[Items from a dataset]
____________

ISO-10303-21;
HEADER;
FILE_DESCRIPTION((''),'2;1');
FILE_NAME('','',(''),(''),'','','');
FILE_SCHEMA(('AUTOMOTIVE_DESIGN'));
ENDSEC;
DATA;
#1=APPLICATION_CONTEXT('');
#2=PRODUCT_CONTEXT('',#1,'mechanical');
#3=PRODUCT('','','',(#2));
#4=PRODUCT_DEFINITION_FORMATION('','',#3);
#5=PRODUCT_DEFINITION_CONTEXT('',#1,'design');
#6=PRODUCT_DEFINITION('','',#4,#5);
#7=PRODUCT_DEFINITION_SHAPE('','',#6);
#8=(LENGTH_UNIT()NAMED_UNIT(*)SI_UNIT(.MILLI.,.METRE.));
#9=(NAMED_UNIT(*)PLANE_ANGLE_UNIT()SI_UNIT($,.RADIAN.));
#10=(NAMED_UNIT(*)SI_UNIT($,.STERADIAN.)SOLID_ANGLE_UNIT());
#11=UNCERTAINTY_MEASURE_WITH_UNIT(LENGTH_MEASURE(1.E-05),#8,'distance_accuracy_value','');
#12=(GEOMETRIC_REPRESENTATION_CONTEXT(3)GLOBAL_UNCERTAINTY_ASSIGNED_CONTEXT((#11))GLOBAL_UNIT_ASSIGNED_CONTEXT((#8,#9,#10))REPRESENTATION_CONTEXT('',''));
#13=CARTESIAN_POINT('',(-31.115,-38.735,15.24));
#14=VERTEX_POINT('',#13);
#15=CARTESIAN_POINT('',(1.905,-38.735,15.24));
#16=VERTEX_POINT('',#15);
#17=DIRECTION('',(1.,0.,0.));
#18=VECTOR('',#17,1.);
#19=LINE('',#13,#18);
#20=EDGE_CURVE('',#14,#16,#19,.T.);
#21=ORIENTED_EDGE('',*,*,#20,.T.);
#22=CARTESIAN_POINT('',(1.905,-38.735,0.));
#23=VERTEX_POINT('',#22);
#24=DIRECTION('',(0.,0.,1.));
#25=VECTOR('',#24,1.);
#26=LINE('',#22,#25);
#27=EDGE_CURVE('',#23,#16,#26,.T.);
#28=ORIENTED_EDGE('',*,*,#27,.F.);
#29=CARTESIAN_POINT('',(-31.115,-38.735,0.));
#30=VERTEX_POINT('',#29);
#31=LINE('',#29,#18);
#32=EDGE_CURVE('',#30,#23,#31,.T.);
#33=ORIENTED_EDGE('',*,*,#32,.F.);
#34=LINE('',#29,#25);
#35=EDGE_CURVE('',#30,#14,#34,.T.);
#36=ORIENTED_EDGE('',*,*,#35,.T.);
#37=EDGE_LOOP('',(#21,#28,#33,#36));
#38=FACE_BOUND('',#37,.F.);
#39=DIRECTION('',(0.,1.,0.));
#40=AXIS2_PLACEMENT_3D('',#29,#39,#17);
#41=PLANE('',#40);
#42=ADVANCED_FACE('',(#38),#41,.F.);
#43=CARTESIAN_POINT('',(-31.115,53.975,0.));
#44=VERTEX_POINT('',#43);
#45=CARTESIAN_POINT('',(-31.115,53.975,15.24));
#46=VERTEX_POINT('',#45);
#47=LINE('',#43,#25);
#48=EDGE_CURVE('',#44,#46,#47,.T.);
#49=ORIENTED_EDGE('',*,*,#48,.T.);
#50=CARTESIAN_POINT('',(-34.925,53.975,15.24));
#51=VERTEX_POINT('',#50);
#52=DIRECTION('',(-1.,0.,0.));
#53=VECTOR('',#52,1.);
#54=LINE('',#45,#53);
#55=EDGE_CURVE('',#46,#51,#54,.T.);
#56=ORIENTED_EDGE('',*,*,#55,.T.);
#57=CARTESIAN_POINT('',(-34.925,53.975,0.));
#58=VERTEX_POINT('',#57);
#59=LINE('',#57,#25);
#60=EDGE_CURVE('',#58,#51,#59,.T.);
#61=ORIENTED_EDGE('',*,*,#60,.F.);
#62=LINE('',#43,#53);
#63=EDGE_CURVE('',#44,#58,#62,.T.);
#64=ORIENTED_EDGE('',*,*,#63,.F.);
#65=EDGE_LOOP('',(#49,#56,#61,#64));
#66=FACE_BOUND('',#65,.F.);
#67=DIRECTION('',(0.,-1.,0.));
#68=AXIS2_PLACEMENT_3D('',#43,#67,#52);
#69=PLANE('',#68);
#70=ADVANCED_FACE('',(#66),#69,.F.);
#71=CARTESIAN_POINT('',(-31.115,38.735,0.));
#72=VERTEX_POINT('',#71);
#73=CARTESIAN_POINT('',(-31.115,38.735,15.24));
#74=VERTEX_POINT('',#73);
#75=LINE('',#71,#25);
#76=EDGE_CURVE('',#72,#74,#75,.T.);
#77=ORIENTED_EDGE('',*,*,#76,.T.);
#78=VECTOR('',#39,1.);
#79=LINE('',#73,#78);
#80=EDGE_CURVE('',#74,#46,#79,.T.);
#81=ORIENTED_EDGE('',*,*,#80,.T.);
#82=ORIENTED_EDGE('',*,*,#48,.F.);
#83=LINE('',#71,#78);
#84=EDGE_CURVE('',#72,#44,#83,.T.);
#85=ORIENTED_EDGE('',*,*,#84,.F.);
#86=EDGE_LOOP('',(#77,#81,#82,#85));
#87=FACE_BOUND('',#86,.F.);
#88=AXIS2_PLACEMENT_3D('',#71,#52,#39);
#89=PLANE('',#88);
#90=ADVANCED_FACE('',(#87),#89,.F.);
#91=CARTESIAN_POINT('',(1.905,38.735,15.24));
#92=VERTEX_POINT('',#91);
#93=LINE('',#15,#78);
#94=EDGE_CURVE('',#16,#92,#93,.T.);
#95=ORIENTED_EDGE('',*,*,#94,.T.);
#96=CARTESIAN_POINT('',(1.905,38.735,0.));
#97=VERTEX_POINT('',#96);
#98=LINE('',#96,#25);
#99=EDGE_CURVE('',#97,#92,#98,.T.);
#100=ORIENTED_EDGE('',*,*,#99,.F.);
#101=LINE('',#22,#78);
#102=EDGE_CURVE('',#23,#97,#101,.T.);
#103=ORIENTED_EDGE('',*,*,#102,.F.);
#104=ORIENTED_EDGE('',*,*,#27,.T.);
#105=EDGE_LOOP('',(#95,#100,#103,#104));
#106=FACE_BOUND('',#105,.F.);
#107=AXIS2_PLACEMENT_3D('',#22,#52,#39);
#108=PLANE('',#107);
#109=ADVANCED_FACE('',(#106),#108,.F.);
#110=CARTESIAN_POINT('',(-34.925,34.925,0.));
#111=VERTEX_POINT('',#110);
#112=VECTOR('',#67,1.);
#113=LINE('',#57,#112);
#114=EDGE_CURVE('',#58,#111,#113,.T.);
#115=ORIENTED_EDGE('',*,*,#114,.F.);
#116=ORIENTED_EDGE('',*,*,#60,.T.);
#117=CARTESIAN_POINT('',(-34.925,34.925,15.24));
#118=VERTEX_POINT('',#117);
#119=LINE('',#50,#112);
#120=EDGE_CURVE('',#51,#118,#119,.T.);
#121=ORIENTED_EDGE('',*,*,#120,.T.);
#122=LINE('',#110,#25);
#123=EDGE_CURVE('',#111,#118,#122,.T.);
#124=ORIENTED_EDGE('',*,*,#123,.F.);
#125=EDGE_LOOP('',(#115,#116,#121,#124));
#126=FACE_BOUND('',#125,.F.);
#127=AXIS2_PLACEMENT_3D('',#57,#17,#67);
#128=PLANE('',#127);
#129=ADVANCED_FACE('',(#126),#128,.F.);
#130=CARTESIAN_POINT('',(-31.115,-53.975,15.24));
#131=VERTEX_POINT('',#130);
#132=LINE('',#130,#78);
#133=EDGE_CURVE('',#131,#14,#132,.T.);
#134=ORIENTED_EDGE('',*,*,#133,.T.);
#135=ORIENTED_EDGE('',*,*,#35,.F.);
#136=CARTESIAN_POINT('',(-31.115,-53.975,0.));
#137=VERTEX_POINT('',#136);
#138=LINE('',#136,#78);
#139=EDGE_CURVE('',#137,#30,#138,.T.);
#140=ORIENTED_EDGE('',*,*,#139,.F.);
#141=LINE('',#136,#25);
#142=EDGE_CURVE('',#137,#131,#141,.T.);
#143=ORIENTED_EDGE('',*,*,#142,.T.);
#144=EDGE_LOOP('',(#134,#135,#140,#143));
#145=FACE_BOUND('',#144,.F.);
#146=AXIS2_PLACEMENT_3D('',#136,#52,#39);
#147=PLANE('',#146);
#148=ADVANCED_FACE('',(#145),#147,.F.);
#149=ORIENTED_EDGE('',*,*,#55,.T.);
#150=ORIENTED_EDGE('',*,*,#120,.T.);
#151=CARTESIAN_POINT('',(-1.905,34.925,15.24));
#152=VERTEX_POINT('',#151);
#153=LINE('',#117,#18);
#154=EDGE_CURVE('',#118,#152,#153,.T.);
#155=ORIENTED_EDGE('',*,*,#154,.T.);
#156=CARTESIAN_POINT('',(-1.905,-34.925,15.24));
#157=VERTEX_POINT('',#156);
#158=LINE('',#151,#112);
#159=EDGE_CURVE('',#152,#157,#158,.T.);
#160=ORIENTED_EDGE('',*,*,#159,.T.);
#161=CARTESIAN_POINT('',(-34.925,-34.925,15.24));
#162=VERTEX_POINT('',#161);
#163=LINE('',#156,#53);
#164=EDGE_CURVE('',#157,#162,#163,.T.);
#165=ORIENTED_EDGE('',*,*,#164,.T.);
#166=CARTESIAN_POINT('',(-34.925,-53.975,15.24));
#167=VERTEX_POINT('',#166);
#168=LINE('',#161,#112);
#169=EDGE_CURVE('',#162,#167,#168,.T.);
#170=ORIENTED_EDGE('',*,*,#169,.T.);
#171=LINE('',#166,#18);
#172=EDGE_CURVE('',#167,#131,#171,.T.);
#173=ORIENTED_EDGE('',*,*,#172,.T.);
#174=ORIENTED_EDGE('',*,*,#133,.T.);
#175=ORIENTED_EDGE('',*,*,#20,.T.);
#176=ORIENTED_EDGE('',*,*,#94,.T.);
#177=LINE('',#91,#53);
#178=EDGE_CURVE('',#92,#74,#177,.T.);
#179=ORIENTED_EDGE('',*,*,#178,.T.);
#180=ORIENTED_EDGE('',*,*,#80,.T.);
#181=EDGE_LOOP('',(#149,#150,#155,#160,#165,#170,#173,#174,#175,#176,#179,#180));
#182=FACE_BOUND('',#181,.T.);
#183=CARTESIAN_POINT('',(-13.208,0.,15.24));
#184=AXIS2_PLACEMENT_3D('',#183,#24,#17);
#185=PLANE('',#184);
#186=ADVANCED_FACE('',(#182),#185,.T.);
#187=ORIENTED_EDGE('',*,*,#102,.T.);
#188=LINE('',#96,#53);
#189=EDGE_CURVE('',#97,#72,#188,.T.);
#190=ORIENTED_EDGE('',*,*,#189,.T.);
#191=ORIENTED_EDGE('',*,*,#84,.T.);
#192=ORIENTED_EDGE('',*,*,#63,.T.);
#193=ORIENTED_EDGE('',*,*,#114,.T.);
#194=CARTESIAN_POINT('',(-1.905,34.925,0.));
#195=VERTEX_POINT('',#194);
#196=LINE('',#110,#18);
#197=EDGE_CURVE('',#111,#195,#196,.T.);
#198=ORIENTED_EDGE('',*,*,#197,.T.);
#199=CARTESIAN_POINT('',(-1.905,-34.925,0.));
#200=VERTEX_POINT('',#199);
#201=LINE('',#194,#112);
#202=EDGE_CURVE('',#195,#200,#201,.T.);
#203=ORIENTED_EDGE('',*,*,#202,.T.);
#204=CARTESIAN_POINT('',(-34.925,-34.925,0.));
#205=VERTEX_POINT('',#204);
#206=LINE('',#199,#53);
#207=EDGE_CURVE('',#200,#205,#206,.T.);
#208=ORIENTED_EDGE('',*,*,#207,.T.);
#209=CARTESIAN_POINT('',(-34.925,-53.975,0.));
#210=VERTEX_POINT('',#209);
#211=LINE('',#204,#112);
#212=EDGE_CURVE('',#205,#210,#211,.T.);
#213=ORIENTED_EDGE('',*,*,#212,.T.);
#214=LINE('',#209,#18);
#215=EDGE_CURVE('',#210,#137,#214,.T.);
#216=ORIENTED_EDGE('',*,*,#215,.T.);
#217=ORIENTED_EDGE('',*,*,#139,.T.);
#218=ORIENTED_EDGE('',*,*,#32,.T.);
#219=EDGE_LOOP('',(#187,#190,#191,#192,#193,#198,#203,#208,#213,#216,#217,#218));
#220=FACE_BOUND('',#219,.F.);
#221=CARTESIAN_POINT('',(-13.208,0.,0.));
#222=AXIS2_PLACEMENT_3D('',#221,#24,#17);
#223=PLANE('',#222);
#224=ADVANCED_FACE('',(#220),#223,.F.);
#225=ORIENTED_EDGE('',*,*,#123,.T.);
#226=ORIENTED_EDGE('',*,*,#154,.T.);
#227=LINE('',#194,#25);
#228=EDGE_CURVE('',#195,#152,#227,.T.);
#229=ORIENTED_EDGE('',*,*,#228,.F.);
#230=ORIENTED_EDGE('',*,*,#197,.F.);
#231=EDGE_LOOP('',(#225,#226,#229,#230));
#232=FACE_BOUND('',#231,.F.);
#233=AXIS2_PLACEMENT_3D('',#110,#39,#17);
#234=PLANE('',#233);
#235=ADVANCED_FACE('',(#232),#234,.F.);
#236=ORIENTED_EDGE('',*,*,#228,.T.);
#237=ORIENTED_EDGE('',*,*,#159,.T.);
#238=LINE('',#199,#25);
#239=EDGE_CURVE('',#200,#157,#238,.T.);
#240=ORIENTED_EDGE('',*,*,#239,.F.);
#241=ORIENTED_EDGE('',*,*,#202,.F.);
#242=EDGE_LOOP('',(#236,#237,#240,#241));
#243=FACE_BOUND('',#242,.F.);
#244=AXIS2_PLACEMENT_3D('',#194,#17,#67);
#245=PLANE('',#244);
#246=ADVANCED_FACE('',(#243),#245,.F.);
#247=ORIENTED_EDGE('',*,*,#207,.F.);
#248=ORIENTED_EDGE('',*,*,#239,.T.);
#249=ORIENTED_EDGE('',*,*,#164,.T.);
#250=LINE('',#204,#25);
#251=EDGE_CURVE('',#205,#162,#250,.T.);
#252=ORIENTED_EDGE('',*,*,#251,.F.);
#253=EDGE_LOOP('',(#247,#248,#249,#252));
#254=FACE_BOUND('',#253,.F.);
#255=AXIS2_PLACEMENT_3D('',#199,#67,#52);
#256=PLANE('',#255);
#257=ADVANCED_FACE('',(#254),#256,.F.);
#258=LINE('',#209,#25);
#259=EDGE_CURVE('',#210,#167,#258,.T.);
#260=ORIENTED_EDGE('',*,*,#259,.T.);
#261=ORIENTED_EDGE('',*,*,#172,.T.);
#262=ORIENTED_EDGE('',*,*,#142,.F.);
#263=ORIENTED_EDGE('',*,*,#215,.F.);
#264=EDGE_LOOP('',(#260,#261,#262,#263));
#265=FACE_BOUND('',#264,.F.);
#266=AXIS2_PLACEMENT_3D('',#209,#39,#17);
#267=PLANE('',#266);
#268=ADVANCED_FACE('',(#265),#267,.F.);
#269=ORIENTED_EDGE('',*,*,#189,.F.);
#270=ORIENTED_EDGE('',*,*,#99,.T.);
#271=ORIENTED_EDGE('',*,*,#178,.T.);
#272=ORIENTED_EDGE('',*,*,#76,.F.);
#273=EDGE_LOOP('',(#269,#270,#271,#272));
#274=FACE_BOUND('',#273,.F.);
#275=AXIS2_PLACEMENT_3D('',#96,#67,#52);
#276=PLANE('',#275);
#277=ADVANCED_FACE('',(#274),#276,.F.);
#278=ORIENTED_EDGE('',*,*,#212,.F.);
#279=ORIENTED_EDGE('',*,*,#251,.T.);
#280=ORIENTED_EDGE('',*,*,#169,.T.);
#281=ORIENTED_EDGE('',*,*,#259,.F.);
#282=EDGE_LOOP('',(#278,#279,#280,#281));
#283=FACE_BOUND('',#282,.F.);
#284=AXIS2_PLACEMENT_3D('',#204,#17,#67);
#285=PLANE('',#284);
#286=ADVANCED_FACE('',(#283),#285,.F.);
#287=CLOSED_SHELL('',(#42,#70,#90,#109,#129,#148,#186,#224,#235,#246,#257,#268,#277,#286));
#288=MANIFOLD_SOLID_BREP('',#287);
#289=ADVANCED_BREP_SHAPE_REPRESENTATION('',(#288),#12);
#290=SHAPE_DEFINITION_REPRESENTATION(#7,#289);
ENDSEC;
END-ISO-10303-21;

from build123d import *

# Parameters (mm, degrees)
F1_DEPTH = 15.24


with BuildPart() as f1:
    # F0 (on Top) → F1 (new body)
    with BuildSketch(Plane.XY):
        Polygon((1.905, -38.735), (1.905, -34.925), (1.905, 34.925), (1.905, 38.735), (-31.115, 38.735), (-31.115, 53.975), (-34.925, 53.975), (-34.925, 38.735), (-34.925, 34.925), (-1.905, 34.925), (-1.905, -34.925), (-34.925, -34.925), (-34.925, -38.735), (-34.925, -53.975), (-31.115, -53.975), (-31.115, -38.735), align=None)
    extrude(amount=F1_DEPTH)


solid = f1.part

____________

**What to do:**
After locating the line holding "#247=ORIENTED_EDGE('',*,*,#207,.F.);" above, output exactly that line and every line after it through the line holding "#278=ORIENTED_EDGE('',*,*,#212,.F.);". Include nothing else.

**Task solution:**
#247=ORIENTED_EDGE('',*,*,#207,.F.);
#248=ORIENTED_EDGE('',*,*,#239,.T.);
#249=ORIENTED_EDGE('',*,*,#164,.T.);
#250=LINE('',#204,#25);
#251=EDGE_CURVE('',#205,#162,#250,.T.);
#252=ORIENTED_EDGE('',*,*,#251,.F.);
#253=EDGE_LOOP('',(#247,#248,#249,#252));
#254=FACE_BOUND('',#253,.F.);
#255=AXIS2_PLACEMENT_3D('',#199,#67,#52);
#256=PLANE('',#255);
#257=ADVANCED_FACE('',(#254),#256,.F.);
#258=LINE('',#209,#25);
#259=EDGE_CURVE('',#210,#167,#258,.T.);
#260=ORIENTED_EDGE('',*,*,#259,.T.);
#261=ORIENTED_EDGE('',*,*,#172,.T.);
#262=ORIENTED_EDGE('',*,*,#142,.F.);
#263=ORIENTED_EDGE('',*,*,#215,.F.);
#264=EDGE_LOOP('',(#260,#261,#262,#263));
#265=FACE_BOUND('',#264,.F.);
#266=AXIS2_PLACEMENT_3D('',#209,#39,#17);
#267=PLANE('',#266);
#268=ADVANCED_FACE('',(#265),#267,.F.);
#269=ORIENTED_EDGE('',*,*,#189,.F.);
#270=ORIENTED_EDGE('',*,*,#99,.T.);
#271=ORIENTED_EDGE('',*,*,#178,.T.);
#272=ORIENTED_EDGE('',*,*,#76,.F.);
#273=EDGE_LOOP('',(#269,#270,#271,#272));
#274=FACE_BOUND('',#273,.F.);
#275=AXIS2_PLACEMENT_3D('',#96,#67,#52);
#276=PLANE('',#275);
#277=ADVANCED_FACE('',(#274),#276,.F.);
#278=ORIENTED_EDGE('',*,*,#212,.F.);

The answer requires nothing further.